### YOUR OBJECTIVE
Among the entries below, one stretch runs from the line that contains "extrude(amount=BASEBODY_DEPTH)" through the line that contains "A parametric FreeCAD". Repeat that stretch exactly, ends included, and only that.

Entries taken from a collection
== == ==

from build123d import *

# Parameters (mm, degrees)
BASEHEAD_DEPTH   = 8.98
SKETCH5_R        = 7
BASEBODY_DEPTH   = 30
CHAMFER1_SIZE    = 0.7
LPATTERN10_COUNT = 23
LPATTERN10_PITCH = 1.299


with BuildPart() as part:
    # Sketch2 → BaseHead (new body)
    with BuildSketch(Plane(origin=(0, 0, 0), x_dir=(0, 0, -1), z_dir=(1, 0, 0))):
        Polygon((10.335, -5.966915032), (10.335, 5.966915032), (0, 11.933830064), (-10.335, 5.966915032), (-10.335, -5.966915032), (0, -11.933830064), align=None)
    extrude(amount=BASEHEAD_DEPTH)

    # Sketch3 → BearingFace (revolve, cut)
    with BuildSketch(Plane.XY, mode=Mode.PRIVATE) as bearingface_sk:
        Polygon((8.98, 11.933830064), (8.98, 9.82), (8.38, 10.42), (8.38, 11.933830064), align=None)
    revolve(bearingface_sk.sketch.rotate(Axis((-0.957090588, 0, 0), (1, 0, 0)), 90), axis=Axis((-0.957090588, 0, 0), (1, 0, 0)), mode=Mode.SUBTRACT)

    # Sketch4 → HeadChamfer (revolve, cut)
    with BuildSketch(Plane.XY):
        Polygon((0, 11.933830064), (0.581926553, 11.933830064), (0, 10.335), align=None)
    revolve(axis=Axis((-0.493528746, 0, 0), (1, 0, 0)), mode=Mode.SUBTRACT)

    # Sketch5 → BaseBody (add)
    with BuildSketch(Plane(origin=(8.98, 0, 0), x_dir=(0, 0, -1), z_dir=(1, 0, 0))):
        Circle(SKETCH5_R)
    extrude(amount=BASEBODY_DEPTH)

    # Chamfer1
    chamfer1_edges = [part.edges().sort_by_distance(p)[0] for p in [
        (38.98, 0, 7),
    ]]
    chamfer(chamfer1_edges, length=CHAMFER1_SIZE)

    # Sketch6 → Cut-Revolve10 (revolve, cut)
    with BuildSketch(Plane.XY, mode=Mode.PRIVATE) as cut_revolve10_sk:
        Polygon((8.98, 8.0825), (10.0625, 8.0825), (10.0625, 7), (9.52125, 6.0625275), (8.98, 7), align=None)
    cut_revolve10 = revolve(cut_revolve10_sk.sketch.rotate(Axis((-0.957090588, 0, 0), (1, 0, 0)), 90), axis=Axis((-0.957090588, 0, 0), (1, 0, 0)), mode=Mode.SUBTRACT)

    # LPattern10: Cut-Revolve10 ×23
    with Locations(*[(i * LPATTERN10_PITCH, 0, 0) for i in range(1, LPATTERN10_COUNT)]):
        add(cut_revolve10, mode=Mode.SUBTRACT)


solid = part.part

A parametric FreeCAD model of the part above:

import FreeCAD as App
import Part
import Sketcher

V = App.Vector
Q = App.Units.Quantity


def edges_at(feature, points):
    """Names of the edges that pass closest to the given points."""
    edges = feature.Shape.Edges
    near = lambda p: min(range(len(edges)), key=lambda i: edges[i].distToShape(Part.Vertex(*p))[0])
    return sorted({f"Edge{near(p) + 1}" for p in points})

doc = App.newDocument("Part")
body = doc.addObject("PartDesign::Body", "Body")

sketch1 = body.newObject("Sketcher::SketchObject", "Sketch")
sketch1.AttachmentSupport = (doc.getObject("YZ_Plane"), [""])
sketch1.MapMode = "FlatFace"
sketch1.addGeometry([
    Part.LineSegment(V(-6, -10, 0), V(6, -10, 0)),
    Part.LineSegment(V(6, -10, 0), V(12, 0, 0)),
    Part.LineSegment(V(12, 0, 0), V(6, 10, 0)),
    Part.LineSegment(V(6, 10, 0), V(-6, 10, 0)),
    Part.LineSegment(V(-6, 10, 0), V(-12, 0, 0)),
    Part.LineSegment(V(-12, 0, 0), V(-6, -10, 0)),
], False)
sketch1.addConstraint([
    Sketcher.Constraint("Coincident", 0, 2, 1, 1),
    Sketcher.Constraint("Coincident", 1, 2, 2, 1),
    Sketcher.Constraint("Coincident", 2, 2, 3, 1),
    Sketcher.Constraint("Coincident", 3, 2, 4, 1),
    Sketcher.Constraint("Coincident", 4, 2, 5, 1),
    Sketcher.Constraint("Coincident", 5, 2, 0, 1),
    Sketcher.Constraint("Horizontal", 0),
    Sketcher.Constraint("Horizontal", 3),
    Sketcher.Constraint("Symmetric", 0, 2, 3, 2, -1, 1),
    Sketcher.Constraint("Symmetric", 1, 2, 4, 2, -1, 1),
    Sketcher.Constraint("PointOnObject", 1, 2, -1),
    Sketcher.Constraint("Parallel", 2, 5),
    Sketcher.Constraint("Vertical", 0, 2, 2, 2),
    Sketcher.Constraint("Angle", 1, Q("60 deg")),
    Sketcher.Constraint("DistanceY", 0, 2, 2, 2, Q("20.67 mm")),
    Sketcher.Constraint("DistanceX", 0, 1, 0, 2, Q("11.93383 mm")),
])
pad1 = body.newObject("PartDesign::Pad", "Pad")
pad1.Profile = sketch1
pad1.Length = 8.98

sketch2 = body.newObject("Sketcher::SketchObject", "Sketch001")
sketch2.AttachmentSupport = (doc.getObject("XY_Plane"), [""])
sketch2.MapMode = "FlatFace"
sketch2.addGeometry([
    Part.LineSegment(V(9, 9.8, 0), V(9, 11.9, 0)),
    Part.LineSegment(V(9, 11.9, 0), V(8.4, 11.9, 0)),
    Part.LineSegment(V(8.4, 11.9, 0), V(8.4, 10.4, 0)),
    Part.LineSegment(V(8.4, 10.4, 0), V(9, 9.8, 0)),
], False)
sketch2.addConstraint([
    Sketcher.Constraint("Coincident", 0, 2, 1, 1),
    Sketcher.Constraint("Coincident", 1, 2, 2, 1),
    Sketcher.Constraint("Coincident", 2, 2, 3, 1),
    Sketcher.Constraint("Coincident", 3, 2, 0, 1),
    Sketcher.Constraint("Vertical", 0),
    Sketcher.Constraint("Horizontal", 1),
    Sketcher.Constraint("Vertical", 2),
    Sketcher.Constraint("Angle", 3, Q("-45 deg")),
    Sketcher.Constraint("DistanceX", 1, 2, 1, 1, Q("0.6 mm")),
    Sketcher.Constraint("DistanceX", -1, 1, 0, 2, Q("8.98 mm")),
    Sketcher.Constraint("DistanceY", -1, 1, 2, 2, Q("10.42 mm")),
    Sketcher.Constraint("DistanceY", 0, 1, 0, 2, Q("2.11383 mm")),
])
groove = body.newObject("PartDesign::Groove", "Groove")
groove.Profile = sketch2
groove.ReferenceAxis = (sketch2, ["H_Axis"])
groove.Angle = 360

sketch3 = body.newObject("Sketcher::SketchObject", "Sketch002")
sketch3.AttachmentSupport = (doc.getObject("XY_Plane"), [""])
sketch3.MapMode = "FlatFace"
sketch3.addGeometry([
    Part.LineSegment(V(0.6, 11.9, 0), V(0, 11.9, 0)),
    Part.LineSegment(V(0, 11.9, 0), V(0, 10.3, 0)),
    Part.LineSegment(V(0, 10.3, 0), V(0.6, 11.9, 0)),
], False)
sketch3.addConstraint([
    Sketcher.Constraint("Coincident", 0, 2, 1, 1),
    Sketcher.Constraint("Coincident", 1, 2, 2, 1),
    Sketcher.Constraint("Coincident", 2, 2, 0, 1),
    Sketcher.Constraint("Horizontal", 0),
    Sketcher.Constraint("Vertical", 1),
    Sketcher.Constraint("PointOnObject", 0, 2, -2),
    Sketcher.Constraint("Angle", 2, Q("70 deg")),
    Sketcher.Constraint("DistanceY", -1, 1, 1, 2, Q("10.335 mm")),
    Sketcher.Constraint("DistanceY", 1, 2, 1, 1, Q("1.59883 mm")),
])
groove2 = body.newObject("PartDesign::Groove", "Groove001")
groove2.Profile = sketch3
groove2.ReferenceAxis = (sketch3, ["H_Axis"])
groove2.Angle = 360

sketch4 = body.newObject("Sketcher::SketchObject", "Sketch003")
sketch4.AttachmentSupport = (doc.getObject("YZ_Plane"), [""])
sketch4.MapMode = "FlatFace"
sketch4.AttachmentOffset = App.Placement(V(0, 0, 8.98), App.Rotation())
sketch4.addGeometry(Part.Circle(V(0, 0, 0), V(0, 0, 1), 7), False)
sketch4.addConstraint([
    Sketcher.Constraint("Coincident", 0, 3, -1, 1),
    Sketcher.Constraint("Diameter", 0, Q("14 mm")),
])
pad2 = body.newObject("PartDesign::Pad", "Pad001")
pad2.Profile = sketch4
pad2.Length = 30
doc.recompute()

chamfer = body.newObject("PartDesign::Chamfer", "Chamfer")
chamfer.Base = (pad2, edges_at(pad2, [(38.98, 0, 7)]))
chamfer.Size = 0.7

sketch5 = body.newObject("Sketcher::SketchObject", "Sketch004")
sketch5.AttachmentSupport = (doc.getObject("XY_Plane"), [""])
sketch5.MapMode = "FlatFace"
sketch5.addGeometry([
    Part.LineSegment(V(10.1, 8.1, 0), V(9, 8.1, 0)),
    Part.LineSegment(V(9, 8.1, 0), V(9, 7, 0)),
    Part.LineSegment(V(9, 7, 0), V(9.5, 6.1, 0)),
    Part.LineSegment(V(9.5, 6.1, 0), V(10.1, 7, 0)),
    Part.LineSegment(V(10.1, 7, 0), V(10.1, 8.1, 0)),
], False)
sketch5.addConstraint([
    Sketcher.Constraint("Coincident", 0, 2, 1, 1),
    Sketcher.Constraint("Coincident", 1, 2, 2, 1),
    Sketcher.Constraint("Coincident", 2, 2, 3, 1),
    Sketcher.Constraint("Coincident", 3, 2, 4, 1),
    Sketcher.Constraint("Coincident", 4, 2, 0, 1),
    Sketcher.Constraint("Horizontal", 0),
    Sketcher.Constraint("Vertical", 1),
    Sketcher.Constraint("Vertical", 4),
    Sketcher.Constraint("Horizontal", 1, 2, 3, 2),
    Sketcher.Constraint("Equal", 0, 1),
    Sketcher.Constraint("Equal", 2, 3),
    Sketcher.Constraint("Angle", 2, Q("-60 deg")),
    Sketcher.Constraint("DistanceY", -1, 1, 1, 2, Q("7 mm")),
    Sketcher.Constraint("DistanceX", -1, 1, 0, 2, Q("8.98 mm")),
    Sketcher.Constraint("DistanceX", 0, 2, 0, 1, Q("1.0825 mm")),
])
groove3 = body.newObject("PartDesign::Groove", "Groove002")
groove3.Profile = sketch5
groove3.ReferenceAxis = (sketch5, ["H_Axis"])
groove3.Angle = 360
doc.recompute()

linearpattern = body.newObject("PartDesign::LinearPattern", "LinearPattern")
linearpattern.Originals = [groove3]
linearpattern.Direction = (doc.getObject("X_Axis"), [""])
linearpattern.Mode = "offset"
linearpattern.Offset = 1.299
linearpattern.Occurrences = 23
body.Tip = linearpattern

doc.recompute()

== == ==

### RESPONSE AREA
    extrude(amount=BASEBODY_DEPTH)

    # Chamfer1
    chamfer1_edges = [part.edges().sort_by_distance(p)[0] for p in [
        (38.98, 0, 7),
    ]]
    chamfer(chamfer1_edges, length=CHAMFER1_SIZE)

    # Sketch6 → Cut-Revolve10 (revolve, cut)
    with BuildSketch(Plane.XY, mode=Mode.PRIVATE) as cut_revolve10_sk:
        Polygon((8.98, 8.0825), (10.0625, 8.0825), (10.0625, 7), (9.52125, 6.0625275), (8.98, 7), align=None)
    cut_revolve10 = revolve(cut_revolve10_sk.sketch.rotate(Axis((-0.957090588, 0, 0), (1, 0, 0)), 90), axis=Axis((-0.957090588, 0, 0), (1, 0, 0)), mode=Mode.SUBTRACT)

    # LPattern10: Cut-Revolve10 ×23
    with Locations(*[(i * LPATTERN10_PITCH, 0, 0) for i in range(1, LPATTERN10_COUNT)]):
        add(cut_revolve10, mode=Mode.SUBTRACT)


solid = part.part

A parametric FreeCAD model of the part above:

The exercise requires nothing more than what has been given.